What is required: Your job is to set down the stretch of entries that opens with the line containing "v 41.776 -50 17.114" and closes with the line containing "v -15.41 30 12.748". Keep both end lines, copy each exactly, and add nothing.

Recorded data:

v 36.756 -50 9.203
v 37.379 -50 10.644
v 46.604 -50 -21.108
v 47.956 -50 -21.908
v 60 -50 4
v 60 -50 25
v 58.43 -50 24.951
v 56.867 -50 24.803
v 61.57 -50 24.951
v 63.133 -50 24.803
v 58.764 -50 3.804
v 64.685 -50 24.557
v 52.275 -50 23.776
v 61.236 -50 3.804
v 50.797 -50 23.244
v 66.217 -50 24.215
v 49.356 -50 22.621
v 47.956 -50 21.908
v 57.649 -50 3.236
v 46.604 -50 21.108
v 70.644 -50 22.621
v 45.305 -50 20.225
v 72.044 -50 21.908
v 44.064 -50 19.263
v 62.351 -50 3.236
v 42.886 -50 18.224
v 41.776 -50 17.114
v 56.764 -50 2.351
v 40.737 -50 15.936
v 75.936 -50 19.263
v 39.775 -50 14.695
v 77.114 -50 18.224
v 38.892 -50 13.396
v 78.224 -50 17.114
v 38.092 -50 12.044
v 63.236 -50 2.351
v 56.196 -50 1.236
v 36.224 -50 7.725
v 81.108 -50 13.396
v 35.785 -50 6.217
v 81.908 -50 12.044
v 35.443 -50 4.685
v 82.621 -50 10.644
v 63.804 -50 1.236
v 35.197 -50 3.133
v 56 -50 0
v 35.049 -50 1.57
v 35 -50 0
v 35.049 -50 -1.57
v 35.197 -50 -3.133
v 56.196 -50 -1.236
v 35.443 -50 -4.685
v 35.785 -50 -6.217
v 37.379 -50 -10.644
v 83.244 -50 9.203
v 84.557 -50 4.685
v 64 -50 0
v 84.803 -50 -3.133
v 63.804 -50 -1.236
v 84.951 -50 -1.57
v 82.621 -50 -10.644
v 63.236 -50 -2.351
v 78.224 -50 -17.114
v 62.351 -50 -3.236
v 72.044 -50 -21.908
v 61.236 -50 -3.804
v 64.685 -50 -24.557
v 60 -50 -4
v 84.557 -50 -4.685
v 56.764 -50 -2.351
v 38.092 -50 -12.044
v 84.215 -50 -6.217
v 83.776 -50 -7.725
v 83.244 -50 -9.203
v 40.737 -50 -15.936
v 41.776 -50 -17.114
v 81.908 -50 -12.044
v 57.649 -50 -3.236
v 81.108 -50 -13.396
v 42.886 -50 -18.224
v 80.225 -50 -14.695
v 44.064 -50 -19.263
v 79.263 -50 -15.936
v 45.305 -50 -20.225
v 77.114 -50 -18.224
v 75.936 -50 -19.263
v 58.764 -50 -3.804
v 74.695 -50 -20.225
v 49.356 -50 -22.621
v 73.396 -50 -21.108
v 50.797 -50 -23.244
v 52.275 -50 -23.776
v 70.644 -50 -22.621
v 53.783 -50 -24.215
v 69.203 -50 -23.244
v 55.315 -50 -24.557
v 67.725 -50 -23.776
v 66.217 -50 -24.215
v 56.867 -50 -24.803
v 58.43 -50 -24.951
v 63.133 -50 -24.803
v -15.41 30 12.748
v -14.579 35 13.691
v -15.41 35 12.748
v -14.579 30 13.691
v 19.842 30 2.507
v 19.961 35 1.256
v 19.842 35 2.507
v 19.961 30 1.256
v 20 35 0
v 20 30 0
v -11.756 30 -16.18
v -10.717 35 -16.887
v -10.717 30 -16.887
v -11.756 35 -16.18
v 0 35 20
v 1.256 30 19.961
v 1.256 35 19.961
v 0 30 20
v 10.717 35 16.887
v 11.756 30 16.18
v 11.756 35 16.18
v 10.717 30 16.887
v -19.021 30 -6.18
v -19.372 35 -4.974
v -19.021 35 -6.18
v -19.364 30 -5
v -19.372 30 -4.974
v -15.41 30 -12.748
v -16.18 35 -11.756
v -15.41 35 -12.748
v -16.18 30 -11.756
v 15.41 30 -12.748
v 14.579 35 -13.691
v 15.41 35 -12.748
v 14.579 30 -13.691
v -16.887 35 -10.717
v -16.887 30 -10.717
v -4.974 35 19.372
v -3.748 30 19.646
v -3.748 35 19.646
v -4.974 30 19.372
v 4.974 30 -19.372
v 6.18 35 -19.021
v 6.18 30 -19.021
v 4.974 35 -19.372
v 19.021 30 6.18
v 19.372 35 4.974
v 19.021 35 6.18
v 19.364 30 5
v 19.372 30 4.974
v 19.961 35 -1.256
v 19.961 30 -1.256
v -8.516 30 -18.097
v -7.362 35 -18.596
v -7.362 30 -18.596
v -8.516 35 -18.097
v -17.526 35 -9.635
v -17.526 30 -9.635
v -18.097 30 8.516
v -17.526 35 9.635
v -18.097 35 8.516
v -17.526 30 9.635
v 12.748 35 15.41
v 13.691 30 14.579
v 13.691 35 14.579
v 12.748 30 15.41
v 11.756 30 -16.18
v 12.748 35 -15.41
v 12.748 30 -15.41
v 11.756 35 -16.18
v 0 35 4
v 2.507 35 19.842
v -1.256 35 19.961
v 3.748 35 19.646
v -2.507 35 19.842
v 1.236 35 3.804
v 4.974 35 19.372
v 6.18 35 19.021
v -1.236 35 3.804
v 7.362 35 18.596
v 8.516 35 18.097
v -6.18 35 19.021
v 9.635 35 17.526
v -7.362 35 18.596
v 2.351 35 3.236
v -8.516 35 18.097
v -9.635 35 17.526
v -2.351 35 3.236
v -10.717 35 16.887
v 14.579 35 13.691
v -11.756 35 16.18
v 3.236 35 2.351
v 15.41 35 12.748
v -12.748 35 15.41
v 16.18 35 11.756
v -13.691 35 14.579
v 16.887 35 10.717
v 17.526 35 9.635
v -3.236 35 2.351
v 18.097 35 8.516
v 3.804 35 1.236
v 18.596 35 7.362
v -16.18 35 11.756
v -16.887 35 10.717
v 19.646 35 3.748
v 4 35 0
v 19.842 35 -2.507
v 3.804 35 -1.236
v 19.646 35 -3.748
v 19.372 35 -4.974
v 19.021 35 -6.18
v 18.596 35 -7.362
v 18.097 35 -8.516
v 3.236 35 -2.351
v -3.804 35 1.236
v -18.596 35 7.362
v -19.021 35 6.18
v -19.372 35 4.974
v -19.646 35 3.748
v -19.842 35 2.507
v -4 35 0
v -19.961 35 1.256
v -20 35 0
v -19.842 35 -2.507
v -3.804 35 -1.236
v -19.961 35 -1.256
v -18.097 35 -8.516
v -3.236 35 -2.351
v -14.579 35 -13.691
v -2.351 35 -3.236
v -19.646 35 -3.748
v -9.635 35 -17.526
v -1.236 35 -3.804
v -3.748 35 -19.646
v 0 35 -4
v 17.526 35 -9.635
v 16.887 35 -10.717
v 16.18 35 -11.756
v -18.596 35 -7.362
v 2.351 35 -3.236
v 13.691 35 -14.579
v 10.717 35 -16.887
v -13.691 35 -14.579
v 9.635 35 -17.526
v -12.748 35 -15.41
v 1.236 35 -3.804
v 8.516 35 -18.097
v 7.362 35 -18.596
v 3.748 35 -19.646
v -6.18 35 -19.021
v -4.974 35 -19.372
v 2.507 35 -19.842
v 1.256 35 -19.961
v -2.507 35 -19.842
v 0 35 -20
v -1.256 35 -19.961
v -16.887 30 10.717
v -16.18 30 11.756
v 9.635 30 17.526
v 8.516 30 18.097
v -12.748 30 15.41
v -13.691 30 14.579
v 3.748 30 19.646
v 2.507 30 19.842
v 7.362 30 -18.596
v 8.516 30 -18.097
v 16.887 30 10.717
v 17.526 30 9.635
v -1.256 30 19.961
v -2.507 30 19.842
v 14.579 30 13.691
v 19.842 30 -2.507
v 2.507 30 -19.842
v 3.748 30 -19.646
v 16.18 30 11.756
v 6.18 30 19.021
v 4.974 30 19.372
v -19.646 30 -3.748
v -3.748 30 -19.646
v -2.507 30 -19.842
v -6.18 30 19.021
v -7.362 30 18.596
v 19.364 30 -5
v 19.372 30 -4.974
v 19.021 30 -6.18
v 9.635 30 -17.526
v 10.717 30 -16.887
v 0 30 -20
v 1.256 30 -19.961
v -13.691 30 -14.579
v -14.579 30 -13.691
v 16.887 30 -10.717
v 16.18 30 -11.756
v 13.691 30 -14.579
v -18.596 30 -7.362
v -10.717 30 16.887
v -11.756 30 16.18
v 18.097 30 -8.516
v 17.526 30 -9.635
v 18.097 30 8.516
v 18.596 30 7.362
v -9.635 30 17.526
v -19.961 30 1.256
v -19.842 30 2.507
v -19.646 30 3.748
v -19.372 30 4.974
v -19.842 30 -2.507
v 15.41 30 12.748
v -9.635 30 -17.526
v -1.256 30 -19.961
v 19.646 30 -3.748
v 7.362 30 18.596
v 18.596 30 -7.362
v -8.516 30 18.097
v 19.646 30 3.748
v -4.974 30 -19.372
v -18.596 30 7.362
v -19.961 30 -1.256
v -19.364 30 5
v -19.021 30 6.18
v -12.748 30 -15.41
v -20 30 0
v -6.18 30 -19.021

Answer area:
v 41.776 -50 17.114
v 56.764 -50 2.351
v 40.737 -50 15.936
v 75.936 -50 19.263
v 39.775 -50 14.695
v 77.114 -50 18.224
v 38.892 -50 13.396
v 78.224 -50 17.114
v 38.092 -50 12.044
v 63.236 -50 2.351
v 56.196 -50 1.236
v 36.224 -50 7.725
v 81.108 -50 13.396
v 35.785 -50 6.217
v 81.908 -50 12.044
v 35.443 -50 4.685
v 82.621 -50 10.644
v 63.804 -50 1.236
v 35.197 -50 3.133
v 56 -50 0
v 35.049 -50 1.57
v 35 -50 0
v 35.049 -50 -1.57
v 35.197 -50 -3.133
v 56.196 -50 -1.236
v 35.443 -50 -4.685
v 35.785 -50 -6.217
v 37.379 -50 -10.644
v 83.244 -50 9.203
v 84.557 -50 4.685
v 64 -50 0
v 84.803 -50 -3.133
v 63.804 -50 -1.236
v 84.951 -50 -1.57
v 82.621 -50 -10.644
v 63.236 -50 -2.351
v 78.224 -50 -17.114
v 62.351 -50 -3.236
v 72.044 -50 -21.908
v 61.236 -50 -3.804
v 64.685 -50 -24.557
v 60 -50 -4
v 84.557 -50 -4.685
v 56.764 -50 -2.351
v 38.092 -50 -12.044
v 84.215 -50 -6.217
v 83.776 -50 -7.725
v 83.244 -50 -9.203
v 40.737 -50 -15.936
v 41.776 -50 -17.114
v 81.908 -50 -12.044
v 57.649 -50 -3.236
v 81.108 -50 -13.396
v 42.886 -50 -18.224
v 80.225 -50 -14.695
v 44.064 -50 -19.263
v 79.263 -50 -15.936
v 45.305 -50 -20.225
v 77.114 -50 -18.224
v 75.936 -50 -19.263
v 58.764 -50 -3.804
v 74.695 -50 -20.225
v 49.356 -50 -22.621
v 73.396 -50 -21.108
v 50.797 -50 -23.244
v 52.275 -50 -23.776
v 70.644 -50 -22.621
v 53.783 -50 -24.215
v 69.203 -50 -23.244
v 55.315 -50 -24.557
v 67.725 -50 -23.776
v 66.217 -50 -24.215
v 56.867 -50 -24.803
v 58.43 -50 -24.951
v 63.133 -50 -24.803
v -15.41 30 12.748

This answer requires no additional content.